YOUR TASK –
How many of the lines below hold the string "ThreePointArc"? Say only the number.

Segment Start: DATA FOR THE TASK

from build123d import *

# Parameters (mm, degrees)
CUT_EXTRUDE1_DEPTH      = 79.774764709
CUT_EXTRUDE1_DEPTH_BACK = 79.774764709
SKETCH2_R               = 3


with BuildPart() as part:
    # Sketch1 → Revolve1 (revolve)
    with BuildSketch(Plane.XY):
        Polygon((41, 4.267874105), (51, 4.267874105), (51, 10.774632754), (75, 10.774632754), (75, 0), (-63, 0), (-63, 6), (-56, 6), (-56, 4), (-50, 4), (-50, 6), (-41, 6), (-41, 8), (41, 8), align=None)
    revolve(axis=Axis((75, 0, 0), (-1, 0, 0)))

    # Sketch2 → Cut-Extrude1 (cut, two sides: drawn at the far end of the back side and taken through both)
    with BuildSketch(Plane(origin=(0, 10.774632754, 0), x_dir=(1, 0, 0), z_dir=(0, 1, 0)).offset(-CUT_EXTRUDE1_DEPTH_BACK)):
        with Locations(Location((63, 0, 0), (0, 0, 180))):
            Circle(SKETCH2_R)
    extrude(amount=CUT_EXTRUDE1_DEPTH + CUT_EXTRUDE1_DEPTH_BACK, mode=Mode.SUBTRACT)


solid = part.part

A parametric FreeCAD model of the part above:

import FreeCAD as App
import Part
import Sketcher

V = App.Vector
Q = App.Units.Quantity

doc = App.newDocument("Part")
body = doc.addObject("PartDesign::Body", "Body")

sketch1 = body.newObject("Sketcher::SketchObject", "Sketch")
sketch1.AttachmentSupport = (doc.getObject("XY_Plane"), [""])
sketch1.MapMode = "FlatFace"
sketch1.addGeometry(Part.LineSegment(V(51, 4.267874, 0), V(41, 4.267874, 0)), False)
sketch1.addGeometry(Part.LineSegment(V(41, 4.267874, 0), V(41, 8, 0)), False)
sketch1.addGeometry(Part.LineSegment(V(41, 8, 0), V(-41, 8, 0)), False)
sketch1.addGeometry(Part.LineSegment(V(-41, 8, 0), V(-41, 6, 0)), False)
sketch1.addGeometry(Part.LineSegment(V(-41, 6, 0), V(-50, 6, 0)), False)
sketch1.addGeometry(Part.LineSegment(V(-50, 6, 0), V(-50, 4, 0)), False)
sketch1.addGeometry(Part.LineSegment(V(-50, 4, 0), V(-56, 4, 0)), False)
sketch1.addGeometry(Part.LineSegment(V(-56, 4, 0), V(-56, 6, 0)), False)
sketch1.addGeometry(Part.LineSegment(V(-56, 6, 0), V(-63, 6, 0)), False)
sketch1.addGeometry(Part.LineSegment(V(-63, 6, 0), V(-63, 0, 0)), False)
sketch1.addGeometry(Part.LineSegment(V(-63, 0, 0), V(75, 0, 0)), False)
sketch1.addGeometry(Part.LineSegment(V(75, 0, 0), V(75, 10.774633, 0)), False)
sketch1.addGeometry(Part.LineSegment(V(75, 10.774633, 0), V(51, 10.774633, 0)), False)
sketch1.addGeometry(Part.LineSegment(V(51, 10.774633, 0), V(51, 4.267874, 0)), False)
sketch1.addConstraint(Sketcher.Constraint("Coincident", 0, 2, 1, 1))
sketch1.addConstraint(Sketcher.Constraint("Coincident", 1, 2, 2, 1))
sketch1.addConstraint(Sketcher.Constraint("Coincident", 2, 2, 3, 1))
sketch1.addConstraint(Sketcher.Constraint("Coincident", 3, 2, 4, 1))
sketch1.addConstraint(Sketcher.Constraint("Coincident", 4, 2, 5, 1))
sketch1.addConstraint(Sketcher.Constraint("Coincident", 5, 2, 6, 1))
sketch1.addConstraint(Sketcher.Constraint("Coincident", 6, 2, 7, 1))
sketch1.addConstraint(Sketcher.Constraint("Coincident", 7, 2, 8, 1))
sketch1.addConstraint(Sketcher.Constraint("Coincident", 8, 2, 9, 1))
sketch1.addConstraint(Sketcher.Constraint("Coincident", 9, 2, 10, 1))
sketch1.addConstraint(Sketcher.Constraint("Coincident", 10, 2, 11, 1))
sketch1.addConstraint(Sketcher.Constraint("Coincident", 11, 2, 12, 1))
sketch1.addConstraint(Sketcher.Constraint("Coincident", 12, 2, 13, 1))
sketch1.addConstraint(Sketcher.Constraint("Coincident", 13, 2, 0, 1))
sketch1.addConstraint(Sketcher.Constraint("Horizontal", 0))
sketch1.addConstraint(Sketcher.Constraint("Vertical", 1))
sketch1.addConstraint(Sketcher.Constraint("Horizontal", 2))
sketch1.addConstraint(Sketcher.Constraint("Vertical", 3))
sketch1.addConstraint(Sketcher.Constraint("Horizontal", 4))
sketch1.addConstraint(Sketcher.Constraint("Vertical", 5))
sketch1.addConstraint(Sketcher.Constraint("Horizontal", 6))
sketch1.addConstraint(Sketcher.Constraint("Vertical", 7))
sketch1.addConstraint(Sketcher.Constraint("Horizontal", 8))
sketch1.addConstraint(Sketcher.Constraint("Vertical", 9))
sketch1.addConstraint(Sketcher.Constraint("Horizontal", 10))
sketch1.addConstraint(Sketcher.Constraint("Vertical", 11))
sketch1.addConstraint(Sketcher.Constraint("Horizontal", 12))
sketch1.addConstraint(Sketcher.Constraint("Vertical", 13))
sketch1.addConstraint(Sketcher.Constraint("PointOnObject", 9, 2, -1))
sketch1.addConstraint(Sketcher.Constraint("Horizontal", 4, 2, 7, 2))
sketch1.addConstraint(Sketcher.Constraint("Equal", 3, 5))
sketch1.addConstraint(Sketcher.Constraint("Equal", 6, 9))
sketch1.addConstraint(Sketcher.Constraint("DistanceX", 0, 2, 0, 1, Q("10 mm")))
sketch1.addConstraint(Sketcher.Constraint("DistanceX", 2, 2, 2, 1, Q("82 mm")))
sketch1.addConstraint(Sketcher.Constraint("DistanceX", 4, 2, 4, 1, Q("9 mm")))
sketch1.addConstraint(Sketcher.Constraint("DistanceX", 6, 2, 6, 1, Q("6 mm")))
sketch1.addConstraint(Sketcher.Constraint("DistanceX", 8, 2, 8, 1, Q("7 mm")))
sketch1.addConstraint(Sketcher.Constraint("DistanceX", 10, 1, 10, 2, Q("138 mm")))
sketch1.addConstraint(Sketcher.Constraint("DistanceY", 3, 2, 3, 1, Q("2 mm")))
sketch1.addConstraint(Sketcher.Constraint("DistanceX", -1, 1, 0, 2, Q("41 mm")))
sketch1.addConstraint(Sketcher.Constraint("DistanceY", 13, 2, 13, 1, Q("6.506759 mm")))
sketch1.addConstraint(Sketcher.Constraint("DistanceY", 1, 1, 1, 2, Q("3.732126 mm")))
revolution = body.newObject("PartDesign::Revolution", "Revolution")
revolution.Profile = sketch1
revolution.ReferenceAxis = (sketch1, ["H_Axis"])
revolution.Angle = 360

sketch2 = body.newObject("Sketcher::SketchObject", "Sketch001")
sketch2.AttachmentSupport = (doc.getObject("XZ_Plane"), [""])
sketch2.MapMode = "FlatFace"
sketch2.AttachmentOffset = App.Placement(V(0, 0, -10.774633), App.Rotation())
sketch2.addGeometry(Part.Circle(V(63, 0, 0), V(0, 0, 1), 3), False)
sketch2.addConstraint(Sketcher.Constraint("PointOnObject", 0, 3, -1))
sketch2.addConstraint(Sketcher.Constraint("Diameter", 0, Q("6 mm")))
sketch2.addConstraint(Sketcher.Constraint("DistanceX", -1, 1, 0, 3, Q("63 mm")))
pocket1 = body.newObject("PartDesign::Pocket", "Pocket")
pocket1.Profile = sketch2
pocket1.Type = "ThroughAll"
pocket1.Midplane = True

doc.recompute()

Segment End: DATA FOR THE TASK
Segment Start: DATA FOR THE TASK

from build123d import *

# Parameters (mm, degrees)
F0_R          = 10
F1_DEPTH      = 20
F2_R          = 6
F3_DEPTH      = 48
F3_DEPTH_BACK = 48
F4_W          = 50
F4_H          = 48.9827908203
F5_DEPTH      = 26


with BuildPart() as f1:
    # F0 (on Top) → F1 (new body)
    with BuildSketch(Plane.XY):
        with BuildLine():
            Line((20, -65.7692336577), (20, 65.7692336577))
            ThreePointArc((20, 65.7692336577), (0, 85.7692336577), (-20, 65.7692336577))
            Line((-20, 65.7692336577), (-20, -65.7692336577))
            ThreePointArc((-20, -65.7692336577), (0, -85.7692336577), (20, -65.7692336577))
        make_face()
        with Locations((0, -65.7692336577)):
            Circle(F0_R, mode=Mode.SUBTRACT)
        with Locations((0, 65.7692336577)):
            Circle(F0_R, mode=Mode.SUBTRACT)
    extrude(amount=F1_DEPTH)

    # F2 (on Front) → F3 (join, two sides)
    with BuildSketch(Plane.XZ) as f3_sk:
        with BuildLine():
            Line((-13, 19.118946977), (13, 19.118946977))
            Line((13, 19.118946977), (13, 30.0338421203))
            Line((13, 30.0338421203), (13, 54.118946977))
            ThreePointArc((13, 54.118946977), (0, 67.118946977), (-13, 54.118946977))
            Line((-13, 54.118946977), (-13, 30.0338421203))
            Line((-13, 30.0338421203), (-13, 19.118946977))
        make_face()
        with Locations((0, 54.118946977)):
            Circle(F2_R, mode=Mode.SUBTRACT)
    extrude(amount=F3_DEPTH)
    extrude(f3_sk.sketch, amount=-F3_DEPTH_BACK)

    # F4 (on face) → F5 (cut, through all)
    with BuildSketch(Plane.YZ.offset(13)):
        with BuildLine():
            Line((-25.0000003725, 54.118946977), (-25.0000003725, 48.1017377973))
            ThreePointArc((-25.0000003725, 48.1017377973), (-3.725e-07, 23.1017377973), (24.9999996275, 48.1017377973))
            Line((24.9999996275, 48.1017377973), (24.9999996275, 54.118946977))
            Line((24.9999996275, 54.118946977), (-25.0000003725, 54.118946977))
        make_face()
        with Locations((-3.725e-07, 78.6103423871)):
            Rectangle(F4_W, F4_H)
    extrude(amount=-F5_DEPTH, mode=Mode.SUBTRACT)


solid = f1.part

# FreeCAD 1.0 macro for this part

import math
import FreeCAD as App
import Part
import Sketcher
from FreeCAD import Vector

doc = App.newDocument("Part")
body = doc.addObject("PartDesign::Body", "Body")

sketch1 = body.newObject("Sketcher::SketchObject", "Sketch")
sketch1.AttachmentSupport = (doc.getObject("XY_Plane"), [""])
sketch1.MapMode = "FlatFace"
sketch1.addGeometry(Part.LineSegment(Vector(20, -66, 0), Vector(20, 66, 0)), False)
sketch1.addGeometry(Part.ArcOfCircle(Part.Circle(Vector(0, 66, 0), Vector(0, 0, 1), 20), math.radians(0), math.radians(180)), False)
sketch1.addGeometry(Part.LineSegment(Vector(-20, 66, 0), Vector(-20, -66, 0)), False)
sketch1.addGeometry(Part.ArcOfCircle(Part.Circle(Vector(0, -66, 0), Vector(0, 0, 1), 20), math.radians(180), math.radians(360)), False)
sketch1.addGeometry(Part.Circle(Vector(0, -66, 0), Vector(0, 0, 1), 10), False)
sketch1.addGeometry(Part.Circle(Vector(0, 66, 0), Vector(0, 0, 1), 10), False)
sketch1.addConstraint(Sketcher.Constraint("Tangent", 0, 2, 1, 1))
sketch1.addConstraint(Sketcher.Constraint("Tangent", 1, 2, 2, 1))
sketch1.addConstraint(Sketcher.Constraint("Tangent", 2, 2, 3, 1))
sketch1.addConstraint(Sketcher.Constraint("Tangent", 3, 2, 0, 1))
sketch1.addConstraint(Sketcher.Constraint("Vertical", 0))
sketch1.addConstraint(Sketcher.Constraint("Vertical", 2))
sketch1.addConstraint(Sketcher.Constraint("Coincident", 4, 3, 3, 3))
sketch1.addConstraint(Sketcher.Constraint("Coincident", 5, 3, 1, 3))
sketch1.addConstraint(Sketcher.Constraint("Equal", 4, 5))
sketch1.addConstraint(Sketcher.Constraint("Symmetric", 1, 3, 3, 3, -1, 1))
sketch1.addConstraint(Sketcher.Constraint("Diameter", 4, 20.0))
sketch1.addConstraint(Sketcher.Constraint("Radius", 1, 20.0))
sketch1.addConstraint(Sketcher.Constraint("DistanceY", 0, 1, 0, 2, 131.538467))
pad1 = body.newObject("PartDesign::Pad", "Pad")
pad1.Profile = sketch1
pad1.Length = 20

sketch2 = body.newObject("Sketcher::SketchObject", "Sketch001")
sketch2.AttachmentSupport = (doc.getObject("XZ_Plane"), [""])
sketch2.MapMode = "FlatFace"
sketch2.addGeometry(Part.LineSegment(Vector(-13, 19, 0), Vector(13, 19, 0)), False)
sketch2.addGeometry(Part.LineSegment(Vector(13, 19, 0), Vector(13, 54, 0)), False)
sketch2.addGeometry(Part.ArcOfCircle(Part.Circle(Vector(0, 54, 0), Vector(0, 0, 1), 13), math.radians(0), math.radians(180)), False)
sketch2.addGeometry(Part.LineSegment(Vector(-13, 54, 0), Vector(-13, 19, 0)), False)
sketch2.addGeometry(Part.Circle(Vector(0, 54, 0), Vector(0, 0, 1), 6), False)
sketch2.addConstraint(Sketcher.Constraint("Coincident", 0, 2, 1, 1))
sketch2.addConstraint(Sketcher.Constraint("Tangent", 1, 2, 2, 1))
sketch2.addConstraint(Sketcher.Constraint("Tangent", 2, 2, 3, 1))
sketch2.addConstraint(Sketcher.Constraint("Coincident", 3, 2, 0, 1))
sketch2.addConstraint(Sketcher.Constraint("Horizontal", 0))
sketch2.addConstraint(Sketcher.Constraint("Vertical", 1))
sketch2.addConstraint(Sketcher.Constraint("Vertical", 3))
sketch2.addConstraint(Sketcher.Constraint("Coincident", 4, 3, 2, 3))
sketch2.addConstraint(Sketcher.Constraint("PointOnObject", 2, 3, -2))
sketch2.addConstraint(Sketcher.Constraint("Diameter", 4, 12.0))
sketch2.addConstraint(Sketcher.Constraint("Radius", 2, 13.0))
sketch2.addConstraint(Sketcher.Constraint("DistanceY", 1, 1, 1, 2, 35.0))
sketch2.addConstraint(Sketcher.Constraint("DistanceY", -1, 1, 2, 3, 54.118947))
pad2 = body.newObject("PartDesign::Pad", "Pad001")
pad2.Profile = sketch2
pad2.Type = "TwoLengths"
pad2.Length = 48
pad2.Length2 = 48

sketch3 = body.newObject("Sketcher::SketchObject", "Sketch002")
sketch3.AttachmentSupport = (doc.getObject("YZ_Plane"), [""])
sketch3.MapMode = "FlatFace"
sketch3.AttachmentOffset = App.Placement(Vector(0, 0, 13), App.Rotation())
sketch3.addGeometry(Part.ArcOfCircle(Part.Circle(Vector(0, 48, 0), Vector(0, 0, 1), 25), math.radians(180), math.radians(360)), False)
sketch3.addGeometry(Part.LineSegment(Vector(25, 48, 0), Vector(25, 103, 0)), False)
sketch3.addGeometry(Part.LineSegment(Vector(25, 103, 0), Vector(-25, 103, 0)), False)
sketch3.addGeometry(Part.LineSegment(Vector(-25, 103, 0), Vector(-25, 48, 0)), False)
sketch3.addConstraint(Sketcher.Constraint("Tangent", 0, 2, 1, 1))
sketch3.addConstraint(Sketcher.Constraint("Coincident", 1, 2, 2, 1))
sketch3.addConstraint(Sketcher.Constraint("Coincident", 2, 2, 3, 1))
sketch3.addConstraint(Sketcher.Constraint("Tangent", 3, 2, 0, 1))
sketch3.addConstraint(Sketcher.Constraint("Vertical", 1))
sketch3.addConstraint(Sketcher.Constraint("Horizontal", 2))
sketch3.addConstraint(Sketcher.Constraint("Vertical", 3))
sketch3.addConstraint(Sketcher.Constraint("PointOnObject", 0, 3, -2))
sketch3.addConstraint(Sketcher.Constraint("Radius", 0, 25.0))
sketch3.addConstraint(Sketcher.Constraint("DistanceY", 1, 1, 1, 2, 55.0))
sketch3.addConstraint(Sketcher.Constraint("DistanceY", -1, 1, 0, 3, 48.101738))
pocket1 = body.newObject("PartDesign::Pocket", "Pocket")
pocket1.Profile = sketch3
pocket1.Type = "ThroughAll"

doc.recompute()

Segment End: DATA FOR THE TASK
Segment Start: DATA FOR THE TASK

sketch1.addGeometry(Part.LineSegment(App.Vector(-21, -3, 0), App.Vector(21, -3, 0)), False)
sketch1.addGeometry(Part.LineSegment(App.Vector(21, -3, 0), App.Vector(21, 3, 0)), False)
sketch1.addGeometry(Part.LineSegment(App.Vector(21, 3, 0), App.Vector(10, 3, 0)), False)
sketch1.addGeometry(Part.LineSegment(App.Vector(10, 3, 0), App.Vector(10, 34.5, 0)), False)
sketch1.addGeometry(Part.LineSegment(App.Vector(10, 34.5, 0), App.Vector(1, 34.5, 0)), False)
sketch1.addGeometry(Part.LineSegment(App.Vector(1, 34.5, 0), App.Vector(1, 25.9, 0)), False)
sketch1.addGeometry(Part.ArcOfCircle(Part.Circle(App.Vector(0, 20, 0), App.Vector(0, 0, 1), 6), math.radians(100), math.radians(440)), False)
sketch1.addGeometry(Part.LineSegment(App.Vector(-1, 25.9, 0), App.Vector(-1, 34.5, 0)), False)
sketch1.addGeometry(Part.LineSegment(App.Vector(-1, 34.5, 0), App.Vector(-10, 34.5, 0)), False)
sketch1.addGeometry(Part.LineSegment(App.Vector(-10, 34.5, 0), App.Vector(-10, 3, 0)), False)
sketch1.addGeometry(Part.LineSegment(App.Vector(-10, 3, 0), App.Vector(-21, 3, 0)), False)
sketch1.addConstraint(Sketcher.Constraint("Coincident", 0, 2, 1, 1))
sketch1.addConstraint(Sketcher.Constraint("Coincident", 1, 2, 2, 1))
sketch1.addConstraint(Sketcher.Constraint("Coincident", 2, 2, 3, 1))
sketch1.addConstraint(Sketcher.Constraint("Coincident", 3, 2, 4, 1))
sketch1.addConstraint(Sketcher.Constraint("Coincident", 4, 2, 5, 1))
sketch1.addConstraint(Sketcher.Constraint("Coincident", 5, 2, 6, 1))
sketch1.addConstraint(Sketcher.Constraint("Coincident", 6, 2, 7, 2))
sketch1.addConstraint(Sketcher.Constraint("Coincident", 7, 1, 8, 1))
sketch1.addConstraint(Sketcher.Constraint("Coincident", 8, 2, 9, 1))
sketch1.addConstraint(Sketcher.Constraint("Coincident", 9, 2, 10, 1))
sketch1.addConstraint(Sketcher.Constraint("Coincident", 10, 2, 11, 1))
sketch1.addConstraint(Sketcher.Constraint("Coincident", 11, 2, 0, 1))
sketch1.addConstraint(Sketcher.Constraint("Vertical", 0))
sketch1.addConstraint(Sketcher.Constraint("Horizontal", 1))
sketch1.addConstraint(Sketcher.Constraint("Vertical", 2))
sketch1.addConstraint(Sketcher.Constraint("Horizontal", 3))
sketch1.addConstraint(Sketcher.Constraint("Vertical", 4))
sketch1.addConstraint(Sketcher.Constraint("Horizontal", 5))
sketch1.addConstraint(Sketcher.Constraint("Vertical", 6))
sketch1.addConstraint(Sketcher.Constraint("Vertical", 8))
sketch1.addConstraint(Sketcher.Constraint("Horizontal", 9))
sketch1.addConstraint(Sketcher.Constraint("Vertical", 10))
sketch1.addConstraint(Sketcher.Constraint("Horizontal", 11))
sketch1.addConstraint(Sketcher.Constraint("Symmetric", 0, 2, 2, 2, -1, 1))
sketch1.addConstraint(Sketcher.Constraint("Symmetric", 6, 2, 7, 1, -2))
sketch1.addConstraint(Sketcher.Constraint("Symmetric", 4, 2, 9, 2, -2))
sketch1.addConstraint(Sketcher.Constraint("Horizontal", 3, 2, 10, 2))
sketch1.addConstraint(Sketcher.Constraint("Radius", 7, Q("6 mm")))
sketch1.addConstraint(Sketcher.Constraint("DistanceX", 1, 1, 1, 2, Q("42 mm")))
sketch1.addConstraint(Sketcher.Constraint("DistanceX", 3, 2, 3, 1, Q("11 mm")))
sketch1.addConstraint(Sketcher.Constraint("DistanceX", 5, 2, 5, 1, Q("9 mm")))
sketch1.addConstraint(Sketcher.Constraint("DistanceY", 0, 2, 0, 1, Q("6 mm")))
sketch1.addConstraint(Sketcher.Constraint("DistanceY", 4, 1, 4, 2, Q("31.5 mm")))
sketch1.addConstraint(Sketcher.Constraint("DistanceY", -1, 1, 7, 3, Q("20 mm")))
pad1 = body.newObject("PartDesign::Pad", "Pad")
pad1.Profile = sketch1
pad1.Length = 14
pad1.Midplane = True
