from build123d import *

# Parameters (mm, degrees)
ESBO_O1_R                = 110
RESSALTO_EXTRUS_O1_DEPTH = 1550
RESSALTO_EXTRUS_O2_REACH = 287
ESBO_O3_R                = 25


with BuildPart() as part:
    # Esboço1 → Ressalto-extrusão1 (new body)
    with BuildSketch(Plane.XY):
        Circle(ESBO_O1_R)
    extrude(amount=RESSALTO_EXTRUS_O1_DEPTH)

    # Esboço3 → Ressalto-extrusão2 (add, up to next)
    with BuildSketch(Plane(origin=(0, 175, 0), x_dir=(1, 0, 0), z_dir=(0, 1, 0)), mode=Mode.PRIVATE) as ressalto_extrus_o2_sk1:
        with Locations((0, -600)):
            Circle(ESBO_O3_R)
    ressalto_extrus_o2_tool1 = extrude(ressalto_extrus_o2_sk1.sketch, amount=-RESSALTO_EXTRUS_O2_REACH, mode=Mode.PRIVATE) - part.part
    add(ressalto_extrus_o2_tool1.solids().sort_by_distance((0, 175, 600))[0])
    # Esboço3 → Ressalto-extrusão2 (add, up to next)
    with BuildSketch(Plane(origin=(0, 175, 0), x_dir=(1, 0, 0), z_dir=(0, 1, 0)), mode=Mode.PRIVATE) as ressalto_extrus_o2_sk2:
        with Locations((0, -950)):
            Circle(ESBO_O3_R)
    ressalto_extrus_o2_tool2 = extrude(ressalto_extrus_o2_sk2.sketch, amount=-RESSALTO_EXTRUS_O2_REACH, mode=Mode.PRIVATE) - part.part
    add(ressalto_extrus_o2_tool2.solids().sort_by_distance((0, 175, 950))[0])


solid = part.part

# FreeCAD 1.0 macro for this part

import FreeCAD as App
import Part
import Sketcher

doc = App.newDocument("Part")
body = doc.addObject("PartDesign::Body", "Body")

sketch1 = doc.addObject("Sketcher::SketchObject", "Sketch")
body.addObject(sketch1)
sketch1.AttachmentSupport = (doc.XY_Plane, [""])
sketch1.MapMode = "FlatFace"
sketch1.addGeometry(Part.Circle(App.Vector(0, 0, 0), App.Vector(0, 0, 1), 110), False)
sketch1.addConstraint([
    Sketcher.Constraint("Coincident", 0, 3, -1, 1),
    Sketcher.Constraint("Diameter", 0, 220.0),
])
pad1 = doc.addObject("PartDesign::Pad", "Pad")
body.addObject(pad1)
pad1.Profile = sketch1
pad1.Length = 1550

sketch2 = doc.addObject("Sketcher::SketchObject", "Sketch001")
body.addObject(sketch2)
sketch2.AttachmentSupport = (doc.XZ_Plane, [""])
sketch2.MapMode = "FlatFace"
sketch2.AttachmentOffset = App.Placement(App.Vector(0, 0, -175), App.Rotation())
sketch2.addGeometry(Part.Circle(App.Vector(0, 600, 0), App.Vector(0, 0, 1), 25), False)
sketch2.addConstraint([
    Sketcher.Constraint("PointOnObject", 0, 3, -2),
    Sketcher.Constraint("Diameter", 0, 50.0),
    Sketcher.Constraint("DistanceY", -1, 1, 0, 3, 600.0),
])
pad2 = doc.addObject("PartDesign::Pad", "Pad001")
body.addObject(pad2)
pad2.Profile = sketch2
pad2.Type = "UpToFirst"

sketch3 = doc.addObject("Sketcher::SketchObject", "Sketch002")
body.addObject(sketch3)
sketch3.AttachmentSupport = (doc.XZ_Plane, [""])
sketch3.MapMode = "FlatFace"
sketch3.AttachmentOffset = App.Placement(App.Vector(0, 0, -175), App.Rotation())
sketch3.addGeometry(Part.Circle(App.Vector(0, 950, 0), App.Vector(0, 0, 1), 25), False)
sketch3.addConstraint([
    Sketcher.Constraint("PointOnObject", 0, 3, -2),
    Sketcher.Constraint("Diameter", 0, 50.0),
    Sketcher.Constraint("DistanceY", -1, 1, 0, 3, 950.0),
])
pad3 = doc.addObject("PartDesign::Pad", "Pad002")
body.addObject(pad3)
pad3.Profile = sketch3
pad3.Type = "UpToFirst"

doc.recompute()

Segment End: DATA FOR THE TASK

EXERCISE ANSWER –
4